This guy is sick, and the lesson here is in affairs you put up blinders, you don't see the crazy person under the fantasy. It's a dangerous world out there even without affairs, just dating can have its dangers. the problem is AFFAIRS are a fog in and of its self, and you ignore the warning signs in the other person.


----------



## phillybeffandswiss (Jan 20, 2013)

Well, you are arguing semantics. People, myself included, believe there is a difference between mistakes and choices. I can feel sympathy and empathy for a mistake, I can feel the exact opposite for a choice. To me, no matter the circumstances, an affair is a choice. I don't believe she deserved to be murdered, but a discussion about the circumstances is fine.


----------



## browser (Oct 26, 2016)

threelittlestars said:


> Glass houses people. I sure hope if I make a heinous mistake people wont kick at my corpse.


What she did was a lot more than a mistake unless she chose the wrong pair of shoes for the terrain, and slipped and fell on the guy's penis. 

What she did says everything about her character and morality, and those who chose to judge were not um.. making a mistake.


----------



## threelittlestars (Feb 18, 2016)

Picking apart the word "Mistakes" is arguing semantics, (not what I was saying AT ALL). Nothing about my argument is semantic. LOOK up the word, I'm not sure you know the meaning.

To argue semantics is to argue about the linguistics. I was not arguing about the use or choice of a language, but about the choice she made in life and CHOSE the word mistake. (because I'm looking from my perspective. She made a laps in judgment in her life.) Sure mistakes are also just choices, you only know down the line if the choice was a mistake, or good. 


I only ague on behalf of a youthful woman who could have learned from her choices and changed her life, but instead the blinder of an affair clouded her sight and she was killed (brutally i might add, buried naked...). It can happen to so many, it does not make one evil, and i think all of you that have no feeling are shockingly cruel. 

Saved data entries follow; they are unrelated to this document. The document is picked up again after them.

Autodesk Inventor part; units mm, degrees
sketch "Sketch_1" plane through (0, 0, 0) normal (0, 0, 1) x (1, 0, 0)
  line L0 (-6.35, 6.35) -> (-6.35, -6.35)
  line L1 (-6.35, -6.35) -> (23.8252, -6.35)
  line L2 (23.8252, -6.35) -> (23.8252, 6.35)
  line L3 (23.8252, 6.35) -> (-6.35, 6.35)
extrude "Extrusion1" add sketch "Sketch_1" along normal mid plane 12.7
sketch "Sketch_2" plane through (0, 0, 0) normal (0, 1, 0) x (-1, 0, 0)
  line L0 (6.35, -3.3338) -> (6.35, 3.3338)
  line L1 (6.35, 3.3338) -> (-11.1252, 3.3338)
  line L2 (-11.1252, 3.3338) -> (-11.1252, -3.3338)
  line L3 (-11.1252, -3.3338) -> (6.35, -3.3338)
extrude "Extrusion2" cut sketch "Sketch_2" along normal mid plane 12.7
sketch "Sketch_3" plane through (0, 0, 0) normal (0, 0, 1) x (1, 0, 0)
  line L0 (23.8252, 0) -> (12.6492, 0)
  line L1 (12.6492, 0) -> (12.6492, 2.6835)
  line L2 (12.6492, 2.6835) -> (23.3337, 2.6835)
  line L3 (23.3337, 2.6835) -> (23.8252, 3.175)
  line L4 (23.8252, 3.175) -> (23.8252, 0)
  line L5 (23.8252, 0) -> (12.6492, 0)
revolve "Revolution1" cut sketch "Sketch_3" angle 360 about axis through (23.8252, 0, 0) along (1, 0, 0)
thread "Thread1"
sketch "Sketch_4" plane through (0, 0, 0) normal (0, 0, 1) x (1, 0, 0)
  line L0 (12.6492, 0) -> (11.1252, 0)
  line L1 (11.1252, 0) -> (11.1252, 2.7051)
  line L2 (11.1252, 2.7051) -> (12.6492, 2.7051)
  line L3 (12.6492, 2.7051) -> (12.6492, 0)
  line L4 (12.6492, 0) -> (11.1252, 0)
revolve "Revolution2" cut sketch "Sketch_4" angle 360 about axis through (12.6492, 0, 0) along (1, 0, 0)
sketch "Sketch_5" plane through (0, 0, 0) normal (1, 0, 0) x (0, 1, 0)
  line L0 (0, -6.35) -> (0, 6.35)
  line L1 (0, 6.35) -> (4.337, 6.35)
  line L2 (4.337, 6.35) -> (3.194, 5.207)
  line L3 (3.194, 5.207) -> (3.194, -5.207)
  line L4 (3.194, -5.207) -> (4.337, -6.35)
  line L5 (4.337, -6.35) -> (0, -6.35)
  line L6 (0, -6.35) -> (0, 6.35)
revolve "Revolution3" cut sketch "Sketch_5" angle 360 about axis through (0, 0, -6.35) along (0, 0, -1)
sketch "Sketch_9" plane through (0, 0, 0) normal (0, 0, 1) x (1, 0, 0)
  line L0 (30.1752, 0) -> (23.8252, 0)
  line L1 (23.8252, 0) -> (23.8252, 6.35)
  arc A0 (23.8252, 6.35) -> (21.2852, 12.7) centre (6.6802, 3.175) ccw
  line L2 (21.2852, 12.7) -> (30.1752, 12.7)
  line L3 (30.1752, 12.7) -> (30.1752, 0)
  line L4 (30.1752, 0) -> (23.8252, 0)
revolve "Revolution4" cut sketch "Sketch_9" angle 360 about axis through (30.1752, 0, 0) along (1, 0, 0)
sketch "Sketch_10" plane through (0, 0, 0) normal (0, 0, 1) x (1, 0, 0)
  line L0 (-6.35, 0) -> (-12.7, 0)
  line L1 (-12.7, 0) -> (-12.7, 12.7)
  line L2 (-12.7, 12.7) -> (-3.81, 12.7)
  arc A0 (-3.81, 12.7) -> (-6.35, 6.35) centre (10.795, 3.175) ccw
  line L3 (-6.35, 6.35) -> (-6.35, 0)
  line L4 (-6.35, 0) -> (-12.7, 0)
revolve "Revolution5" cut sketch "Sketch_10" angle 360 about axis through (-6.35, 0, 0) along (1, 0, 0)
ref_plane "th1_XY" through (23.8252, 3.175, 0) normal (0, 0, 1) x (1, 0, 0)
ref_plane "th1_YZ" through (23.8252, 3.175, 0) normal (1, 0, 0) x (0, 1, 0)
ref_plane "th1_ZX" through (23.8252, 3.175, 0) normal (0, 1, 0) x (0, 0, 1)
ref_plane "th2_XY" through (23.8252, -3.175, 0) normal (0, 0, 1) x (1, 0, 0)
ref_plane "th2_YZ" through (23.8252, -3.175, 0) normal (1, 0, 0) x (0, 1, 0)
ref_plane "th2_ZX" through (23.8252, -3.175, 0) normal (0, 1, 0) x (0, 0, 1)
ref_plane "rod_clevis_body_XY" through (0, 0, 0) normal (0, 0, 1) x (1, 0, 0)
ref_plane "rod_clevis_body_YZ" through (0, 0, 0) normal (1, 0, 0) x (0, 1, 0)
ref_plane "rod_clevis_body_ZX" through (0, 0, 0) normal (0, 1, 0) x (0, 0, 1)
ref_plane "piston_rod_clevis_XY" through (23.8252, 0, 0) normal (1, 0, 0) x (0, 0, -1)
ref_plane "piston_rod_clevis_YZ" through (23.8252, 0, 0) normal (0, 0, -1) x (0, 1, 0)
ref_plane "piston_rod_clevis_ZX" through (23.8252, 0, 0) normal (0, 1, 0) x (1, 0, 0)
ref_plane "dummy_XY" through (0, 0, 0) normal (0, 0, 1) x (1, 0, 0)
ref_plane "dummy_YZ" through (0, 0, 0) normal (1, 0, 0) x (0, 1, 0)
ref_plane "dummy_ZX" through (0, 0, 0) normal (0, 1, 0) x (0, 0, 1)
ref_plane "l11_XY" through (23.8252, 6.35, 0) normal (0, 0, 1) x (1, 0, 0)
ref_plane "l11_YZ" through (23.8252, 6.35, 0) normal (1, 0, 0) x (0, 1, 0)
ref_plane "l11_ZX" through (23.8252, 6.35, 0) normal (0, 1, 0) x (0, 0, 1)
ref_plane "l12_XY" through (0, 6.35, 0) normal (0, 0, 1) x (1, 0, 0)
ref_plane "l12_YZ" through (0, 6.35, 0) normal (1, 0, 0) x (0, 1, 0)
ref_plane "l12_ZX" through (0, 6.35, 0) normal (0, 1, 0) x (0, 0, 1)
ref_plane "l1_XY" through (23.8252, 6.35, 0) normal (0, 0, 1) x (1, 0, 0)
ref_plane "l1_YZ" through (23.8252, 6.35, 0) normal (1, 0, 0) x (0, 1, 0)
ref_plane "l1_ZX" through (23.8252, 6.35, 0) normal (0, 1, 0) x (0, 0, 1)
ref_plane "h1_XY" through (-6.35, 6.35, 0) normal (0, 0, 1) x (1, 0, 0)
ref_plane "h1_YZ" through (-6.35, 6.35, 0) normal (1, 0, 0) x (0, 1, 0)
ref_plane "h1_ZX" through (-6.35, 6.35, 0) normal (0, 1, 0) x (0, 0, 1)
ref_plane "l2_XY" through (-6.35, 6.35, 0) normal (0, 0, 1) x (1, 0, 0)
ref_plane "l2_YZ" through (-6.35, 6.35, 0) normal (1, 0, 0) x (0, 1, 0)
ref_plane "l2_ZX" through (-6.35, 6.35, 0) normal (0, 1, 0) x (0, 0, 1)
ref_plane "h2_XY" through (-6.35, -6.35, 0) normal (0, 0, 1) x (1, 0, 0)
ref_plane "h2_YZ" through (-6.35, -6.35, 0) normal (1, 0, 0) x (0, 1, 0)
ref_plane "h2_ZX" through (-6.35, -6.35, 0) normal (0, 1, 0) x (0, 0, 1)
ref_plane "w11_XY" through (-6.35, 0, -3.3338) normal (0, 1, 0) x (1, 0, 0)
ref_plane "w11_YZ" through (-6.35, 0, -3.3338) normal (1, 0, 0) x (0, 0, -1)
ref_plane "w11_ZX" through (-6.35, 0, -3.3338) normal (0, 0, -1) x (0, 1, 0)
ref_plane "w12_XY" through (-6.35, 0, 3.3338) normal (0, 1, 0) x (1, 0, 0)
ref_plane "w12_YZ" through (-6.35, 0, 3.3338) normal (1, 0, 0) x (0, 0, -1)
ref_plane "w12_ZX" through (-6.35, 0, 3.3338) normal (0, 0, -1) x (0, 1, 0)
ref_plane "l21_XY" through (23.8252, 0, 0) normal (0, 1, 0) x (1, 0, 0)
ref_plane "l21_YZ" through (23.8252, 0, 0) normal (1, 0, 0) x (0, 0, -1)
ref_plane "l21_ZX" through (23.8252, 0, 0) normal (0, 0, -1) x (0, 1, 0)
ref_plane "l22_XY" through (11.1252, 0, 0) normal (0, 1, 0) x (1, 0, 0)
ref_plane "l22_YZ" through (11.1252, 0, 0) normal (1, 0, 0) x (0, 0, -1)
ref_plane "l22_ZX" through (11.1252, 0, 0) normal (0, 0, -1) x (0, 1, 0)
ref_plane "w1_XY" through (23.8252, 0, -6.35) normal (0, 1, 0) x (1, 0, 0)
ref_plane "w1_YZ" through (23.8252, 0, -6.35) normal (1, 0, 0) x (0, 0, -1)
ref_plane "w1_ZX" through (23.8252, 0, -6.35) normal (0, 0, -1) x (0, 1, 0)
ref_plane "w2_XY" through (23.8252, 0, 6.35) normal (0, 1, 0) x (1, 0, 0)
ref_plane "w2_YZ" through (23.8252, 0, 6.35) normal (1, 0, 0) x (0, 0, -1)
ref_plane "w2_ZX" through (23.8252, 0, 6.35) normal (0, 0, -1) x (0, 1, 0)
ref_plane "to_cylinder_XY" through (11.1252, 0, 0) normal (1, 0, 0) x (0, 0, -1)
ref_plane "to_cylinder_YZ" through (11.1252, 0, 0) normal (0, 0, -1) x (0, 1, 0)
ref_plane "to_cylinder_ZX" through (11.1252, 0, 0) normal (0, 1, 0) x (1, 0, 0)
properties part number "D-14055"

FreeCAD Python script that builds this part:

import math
import FreeCAD as App
import Part
import Sketcher

V = App.Vector
Q = App.Units.Quantity


def add_polygon(sketch, points):
    """Adds a closed chain of lines whose ends are joined by coincident constraints."""
    first, n = sketch.GeometryCount, len(points)
    for a, b in zip(points, points[1:] + points[:1]):
        sketch.addGeometry(Part.LineSegment(App.Vector(*a, 0), App.Vector(*b, 0)), False)
    for i in range(n):
        sketch.addConstraint(Sketcher.Constraint("Coincident", first + i, 2, first + (i + 1) % n, 1))

doc = App.newDocument("Part")
body = doc.addObject("PartDesign::Body", "Body")

sketch1 = doc.addObject("Sketcher::SketchObject", "Sketch")
body.addObject(sketch1)
sketch1.AttachmentSupport = (doc.XY_Plane, [""])
sketch1.MapMode = "FlatFace"
add_polygon(sketch1, [(24, 6), (-6, 6), (-6, -6), (24, -6)])
sketch1.addConstraint(Sketcher.Constraint("Horizontal", 0))
sketch1.addConstraint(Sketcher.Constraint("Vertical", 1))
sketch1.addConstraint(Sketcher.Constraint("Horizontal", 2))
sketch1.addConstraint(Sketcher.Constraint("Vertical", 3))
sketch1.addConstraint(Sketcher.Constraint("DistanceY", 1, 2, 1, 1, Q("0.5 in")))
sketch1.addConstraint(Sketcher.Constraint("DistanceX", 0, 2, 0, 1, Q("1.188 in")))
sketch1.addConstraint(Sketcher.Constraint("DistanceX", 0, 2, -1, 1, Q("0.25 in")))
sketch1.addConstraint(Sketcher.Constraint("DistanceY", -1, 1, 0, 2, Q("0.25 in")))
pad1 = doc.addObject("PartDesign::Pad", "Pad")
body.addObject(pad1)
pad1.Profile = sketch1
pad1.Length = Q("0.5 in")
pad1.Midplane = True

sketch2 = doc.addObject("Sketcher::SketchObject", "Sketch001")
body.addObject(sketch2)
sketch2.AttachmentSupport = (doc.XZ_Plane, [""])
sketch2.MapMode = "FlatFace"
add_polygon(sketch2, [(11, -3), (-6, -3), (-6, 3), (11, 3)])
sketch2.addConstraint(Sketcher.Constraint("Horizontal", 0))
sketch2.addConstraint(Sketcher.Constraint("Vertical", 1))
sketch2.addConstraint(Sketcher.Constraint("Horizontal", 2))
sketch2.addConstraint(Sketcher.Constraint("Vertical", 3))
sketch2.addConstraint(Sketcher.Constraint("DistanceX", 0, 2, 0, 1, Q("0.688 in")))
sketch2.addConstraint(Sketcher.Constraint("DistanceX", 0, 2, -1, 1, Q("0.25 in")))
sketch2.addConstraint(Sketcher.Constraint("DistanceY", 1, 1, 1, 2, Q("0.2625 in")))
sketch2.addConstraint(Sketcher.Constraint("DistanceY", 0, 2, -1, 1, Q("3.3338 mm")))
pocket1 = doc.addObject("PartDesign::Pocket", "Pocket")
body.addObject(pocket1)
pocket1.Profile = sketch2
pocket1.Length = Q("0.5 in")
pocket1.Midplane = True

sketch3 = doc.addObject("Sketcher::SketchObject", "Sketch002")
body.addObject(sketch3)
sketch3.AttachmentSupport = (doc.XY_Plane, [""])
sketch3.MapMode = "FlatFace"
add_polygon(sketch3, [(12.6, 0), (23.8, 0), (23.8, 3.2), (23.3, 2.7), (12.6, 2.7)])
sketch3.addConstraint(Sketcher.Constraint("Horizontal", 0))
sketch3.addConstraint(Sketcher.Constraint("Vertical", 1))
sketch3.addConstraint(Sketcher.Constraint("Horizontal", 3))
sketch3.addConstraint(Sketcher.Constraint("Vertical", 4))
sketch3.addConstraint(Sketcher.Constraint("PointOnObject", 0, 2, -1))
sketch3.addConstraint(Sketcher.Constraint("Angle", 2, Q("-135 deg")))
sketch3.addConstraint(Sketcher.Constraint("DistanceX", 0, 1, 0, 2, Q("0.44 in")))
sketch3.addConstraint(Sketcher.Constraint("DistanceY", 1, 1, 1, 2, Q("0.125 in")))
sketch3.addConstraint(Sketcher.Constraint("DistanceX", -1, 1, 0, 2, Q("0.938 in")))
sketch3.addConstraint(Sketcher.Constraint("DistanceX", 3, 2, 3, 1, Q("10.6845 mm")))
groove = doc.addObject("PartDesign::Groove", "Groove")
body.addObject(groove)
groove.Profile = sketch3
groove.ReferenceAxis = (sketch3, ["H_Axis"])
groove.Angle = 360

sketch4 = doc.addObject("Sketcher::SketchObject", "Sketch003")
body.addObject(sketch4)
sketch4.AttachmentSupport = (doc.XY_Plane, [""])
sketch4.MapMode = "FlatFace"
add_polygon(sketch4, [(11.1, 0), (12.6, 0), (12.6, 2.7), (11.1, 2.7)])
sketch4.addConstraint(Sketcher.Constraint("Horizontal", 0))
sketch4.addConstraint(Sketcher.Constraint("Vertical", 1))
sketch4.addConstraint(Sketcher.Constraint("Horizontal", 2))
sketch4.addConstraint(Sketcher.Constraint("Vertical", 3))
sketch4.addConstraint(Sketcher.Constraint("PointOnObject", 0, 2, -1))
sketch4.addConstraint(Sketcher.Constraint("DistanceX", 0, 1, 0, 2, Q("0.06 in")))
sketch4.addConstraint(Sketcher.Constraint("DistanceY", 1, 1, 1, 2, Q("0.1065 in")))
sketch4.addConstraint(Sketcher.Constraint("DistanceX", -1, 1, 0, 2, Q("0.498 in")))
groove2 = doc.addObject("PartDesign::Groove", "Groove001")
body.addObject(groove2)
groove2.Profile = sketch4
groove2.ReferenceAxis = (sketch4, ["H_Axis"])
groove2.Angle = 360

sketch5 = doc.addObject("Sketcher::SketchObject", "Sketch004")
body.addObject(sketch5)
sketch5.AttachmentSupport = (doc.YZ_Plane, [""])
sketch5.MapMode = "FlatFace"
add_polygon(sketch5, [(0, 6.3), (0, -6.3), (4.3, -6.3), (3.2, -5.2), (3.2, 5.2), (4.3, 6.3)])
sketch5.addConstraint(Sketcher.Constraint("Vertical", 0))
sketch5.addConstraint(Sketcher.Constraint("Horizontal", 1))
sketch5.addConstraint(Sketcher.Constraint("Vertical", 3))
sketch5.addConstraint(Sketcher.Constraint("Horizontal", 5))
sketch5.addConstraint(Sketcher.Constraint("Symmetric", 0, 2, 5, 2, -1, 1))
sketch5.addConstraint(Sketcher.Constraint("Perpendicular", 2, 4))
sketch5.addConstraint(Sketcher.Constraint("Vertical", 1, 2, 4, 2))
sketch5.addConstraint(Sketcher.Constraint("Equal", 2, 4))
sketch5.addConstraint(Sketcher.Constraint("DistanceY", 0, 2, 0, 1, Q("0.5 in")))
sketch5.addConstraint(Sketcher.Constraint("DistanceY", 3, 1, 3, 2, Q("0.41 in")))
sketch5.addConstraint(Sketcher.Constraint("DistanceX", 1, 1, 1, 2, Q("4.337 mm")))
groove3 = doc.addObject("PartDesign::Groove", "Groove002")
body.addObject(groove3)
groove3.Profile = sketch5
groove3.ReferenceAxis = (sketch5, ["V_Axis"])
groove3.Angle = 360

I know being cheated on makes you hardened. Im a BS, but i like to imagine that my husbands betrayal didn't take my grace away. i wish her and her family peace.


----------



## 2ntnuf (Jul 14, 2012)

phillybeffandswiss said:


> Well, you are arguing semantics. People, myself included, believe there is a difference between mistakes and choices. I can feel sympathy and empathy for a mistake, I can feel the exact opposite for a choice. To me, no matter the circumstances, an affair is a choice. I don't believe she deserved to be murdered, but a discussion about the circumstances is fine.


I agree. I think it's even possible to feel sympathy and empathy for those who have had affairs when we have had our own, and/or when we have never been hurt/harmed by a partner's affair. 

The guy is absolutely sick. It can be dangerous dating. It is absolutely inherently dangerous having an affair. Even when your partner isn't normally a bit dangerous, there have been plenty of partners murdered by the betrayed spouse while they slept. 

Affair fog is infatuation. We tend to call it affair fog because we don't like associating it with something we used to consider at least somewhat wholesome. It's good for two young folks to fall in love(infatuation). Either affair fog or new love(infatuation), it will end in 24-36 months in most instances. There really is no difference in what it is. Only it's name is different.


----------



## 2ntnuf (Jul 14, 2012)

The blinder of infatuation caused by having sex with a man she wasn't married to, while still being married, caused her blindness. 

No sex, no affair fog. The sex while infatuated causes very strong bonding chemicals to be produced. Some folks don't seem to have them, and/or they don't affect them as strongly. Others will kill when they are betrayed....even when the affair partner is the betrayed because the wife has rightfully gone back to her husband. 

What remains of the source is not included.